The telecom slayers

In the Capitol Hill battle over Net neutrality, a ragtag army of grass-roots Internet groups, armed with low-budget videos, music parodies and petitions, have the corporate telecoms, and their allies in Congress, on the run.

Published October 2, 2006 12:14PM (EDT)

Ben Scott is smiling like a man who just hit the jackpot. As one of the coordinators of SavetheInternet.com, Scott is a leading advocate for Net neutrality, a congressional provision that would prohibit Internet service providers from charging Web sites for faster delivery of data. Scott is the closest thing there is to a field general in the grass-roots campaign to ensure Net neutrality, waging a daily battle with telecom giants AT&T and Verizon, who stand to boost their profits by creating toll roads on their Internet lines.
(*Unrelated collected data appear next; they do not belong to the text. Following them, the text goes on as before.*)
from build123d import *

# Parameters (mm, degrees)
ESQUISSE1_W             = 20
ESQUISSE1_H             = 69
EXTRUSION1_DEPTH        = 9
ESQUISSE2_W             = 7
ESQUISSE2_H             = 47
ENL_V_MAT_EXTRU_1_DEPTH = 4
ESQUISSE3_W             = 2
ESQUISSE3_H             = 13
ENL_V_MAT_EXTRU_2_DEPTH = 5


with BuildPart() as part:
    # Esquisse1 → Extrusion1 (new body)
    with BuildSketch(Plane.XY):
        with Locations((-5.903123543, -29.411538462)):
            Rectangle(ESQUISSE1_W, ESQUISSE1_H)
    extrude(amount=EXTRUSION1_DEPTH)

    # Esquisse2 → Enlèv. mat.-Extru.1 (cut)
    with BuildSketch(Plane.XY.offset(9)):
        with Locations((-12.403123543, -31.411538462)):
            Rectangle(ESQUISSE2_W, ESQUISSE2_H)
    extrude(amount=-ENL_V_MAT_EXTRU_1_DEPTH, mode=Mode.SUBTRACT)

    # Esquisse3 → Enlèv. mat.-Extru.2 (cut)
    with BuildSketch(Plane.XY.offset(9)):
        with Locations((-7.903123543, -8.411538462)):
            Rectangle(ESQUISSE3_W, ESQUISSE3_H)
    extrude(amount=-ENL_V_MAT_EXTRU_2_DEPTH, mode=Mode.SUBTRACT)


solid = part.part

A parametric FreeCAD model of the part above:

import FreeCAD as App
import Part
import Sketcher

V = App.Vector
Q = App.Units.Quantity


def add_polygon(sketch, points):
    """Adds a closed chain of lines whose ends are joined by coincident constraints."""
    first, n = sketch.GeometryCount, len(points)
    for a, b in zip(points, points[1:] + points[:1]):
        sketch.addGeometry(Part.LineSegment(App.Vector(*a, 0), App.Vector(*b, 0)), False)
    for i in range(n):
        sketch.addConstraint(Sketcher.Constraint("Coincident", first + i, 2, first + (i + 1) % n, 1))

doc = App.newDocument("Part")
params = doc.addObject("Spreadsheet::Sheet", "Params")
for row, (alias, value) in enumerate([
    ("sketch1_width", "20 mm"),
    ("sketch1_height", "69 mm"),
    ("pad1_length", "9 mm"),
    ("sketch2_width", "7 mm"),
    ("sketch2_height", "47 mm"),
    ("pocket1_length", "4 mm"),
    ("sketch3_width", "2 mm"),
    ("sketch3_height", "13 mm"),
    ("pocket2_length", "5 mm"),
], start=1):
    params.set(f"A{row}", alias)
    params.set(f"B{row}", "=" + value)
    params.setAlias(f"B{row}", alias)

body = doc.addObject("PartDesign::Body", "Body")

sketch1 = doc.addObject("Sketcher::SketchObject", "Sketch")
body.addObject(sketch1)
sketch1.AttachmentSupport = (doc.XY_Plane, [""])
sketch1.MapMode = "FlatFace"
add_polygon(sketch1, [(-16, 5), (-16, -64), (4, -64), (4, 5)])
sketch1.addConstraint([
    Sketcher.Constraint("Vertical", 0),
    Sketcher.Constraint("Horizontal", 1),
    Sketcher.Constraint("Vertical", 2),
    Sketcher.Constraint("Horizontal", 3),
    Sketcher.Constraint("DistanceX", 1, 1, 1, 2, Q("20 mm")),
    Sketcher.Constraint("DistanceY", 0, 2, 0, 1, Q("69 mm")),
    Sketcher.Constraint("DistanceY", 0, 2, -1, 1, Q("63.911538 mm")),
    Sketcher.Constraint("DistanceX", 0, 2, -1, 1, Q("15.903124 mm")),
])
sketch1.setExpression("Constraints[8]", "Params.sketch1_width")
sketch1.setExpression("Constraints[9]", "Params.sketch1_height")
pad1 = doc.addObject("PartDesign::Pad", "Pad")
body.addObject(pad1)
pad1.Profile = sketch1
pad1.setExpression("Length", "Params.pad1_length")

sketch2 = doc.addObject("Sketcher::SketchObject", "Sketch001")
body.addObject(sketch2)
sketch2.AttachmentSupport = (doc.XY_Plane, [""])
sketch2.MapMode = "FlatFace"
sketch2.AttachmentOffset = App.Placement(V(0, 0, 9), App.Rotation())
add_polygon(sketch2, [(-16, -8), (-16, -55), (-9, -55), (-9, -8)])
sketch2.addConstraint([
    Sketcher.Constraint("Vertical", 0),
    Sketcher.Constraint("Horizontal", 1),
    Sketcher.Constraint("Vertical", 2),
    Sketcher.Constraint("Horizontal", 3),
    Sketcher.Constraint("DistanceX", 1, 1, 1, 2, Q("7 mm")),
    Sketcher.Constraint("DistanceY", 0, 2, 0, 1, Q("47 mm")),
    Sketcher.Constraint("DistanceY", 0, 2, -1, 1, Q("54.911538 mm")),
    Sketcher.Constraint("DistanceX", 0, 2, -1, 1, Q("15.903124 mm")),
])
sketch2.setExpression("Constraints[8]", "Params.sketch2_width")
sketch2.setExpression("Constraints[9]", "Params.sketch2_height")
pocket1 = doc.addObject("PartDesign::Pocket", "Pocket")
body.addObject(pocket1)
pocket1.Profile = sketch2
pocket1.setExpression("Length", "Params.pocket1_length")

sketch3 = doc.addObject("Sketcher::SketchObject", "Sketch002")
body.addObject(sketch3)
sketch3.AttachmentSupport = (doc.XY_Plane, [""])
sketch3.MapMode = "FlatFace"
sketch3.AttachmentOffset = App.Placement(V(0, 0, 9), App.Rotation())
add_polygon(sketch3, [(-8.9, -1.9), (-8.9, -14.9), (-6.9, -14.9), (-6.9, -1.9)])
sketch3.addConstraint([
    Sketcher.Constraint("Vertical", 0),
    Sketcher.Constraint("Horizontal", 1),
    Sketcher.Constraint("Vertical", 2),
    Sketcher.Constraint("Horizontal", 3),
    Sketcher.Constraint("DistanceX", 1, 1, 1, 2, Q("2 mm")),
    Sketcher.Constraint("DistanceY", 0, 2, 0, 1, Q("13 mm")),
    Sketcher.Constraint("DistanceY", 0, 2, -1, 1, Q("14.911538 mm")),
    Sketcher.Constraint("DistanceX", 0, 2, -1, 1, Q("8.903124 mm")),
])
sketch3.setExpression("Constraints[8]", "Params.sketch3_width")
sketch3.setExpression("Constraints[9]", "Params.sketch3_height")
pocket2 = doc.addObject("PartDesign::Pocket", "Pocket001")
body.addObject(pocket2)
pocket2.Profile = sketch3
pocket2.setExpression("Length", "Params.pocket2_length")

doc.recompute()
For more than a year, telecom lobbyists, who include former Bill Clinton press secretary Mike McCurry, have outgunned Scott and his ragtag army of bloggers, Internet entrepreneurs and consumer-rights activists on Capitol Hill. But on this fall day in his bare-bones office in Washington, Scott is grinning in victory. He knows he has succeeded in tripping up the lobbying goliaths with a simple weapon that couldn't be more appropriate in the battle over the Internet: a low-budget video posted on YouTube.com.

In the unadorned black-and-white film, college kids sit in front of a webcam and talk about the evils of an Internet without Net neutrality. "Do you want companies to control your clicks?" a goateed young man asks the camera. "This means slower connections to sites that are under competing ISPs," another says. "Let's keep the Internet free!" After a guitar solo and a hazy image of the American flag, the video goes black and directs viewers to SavetheInternet.com.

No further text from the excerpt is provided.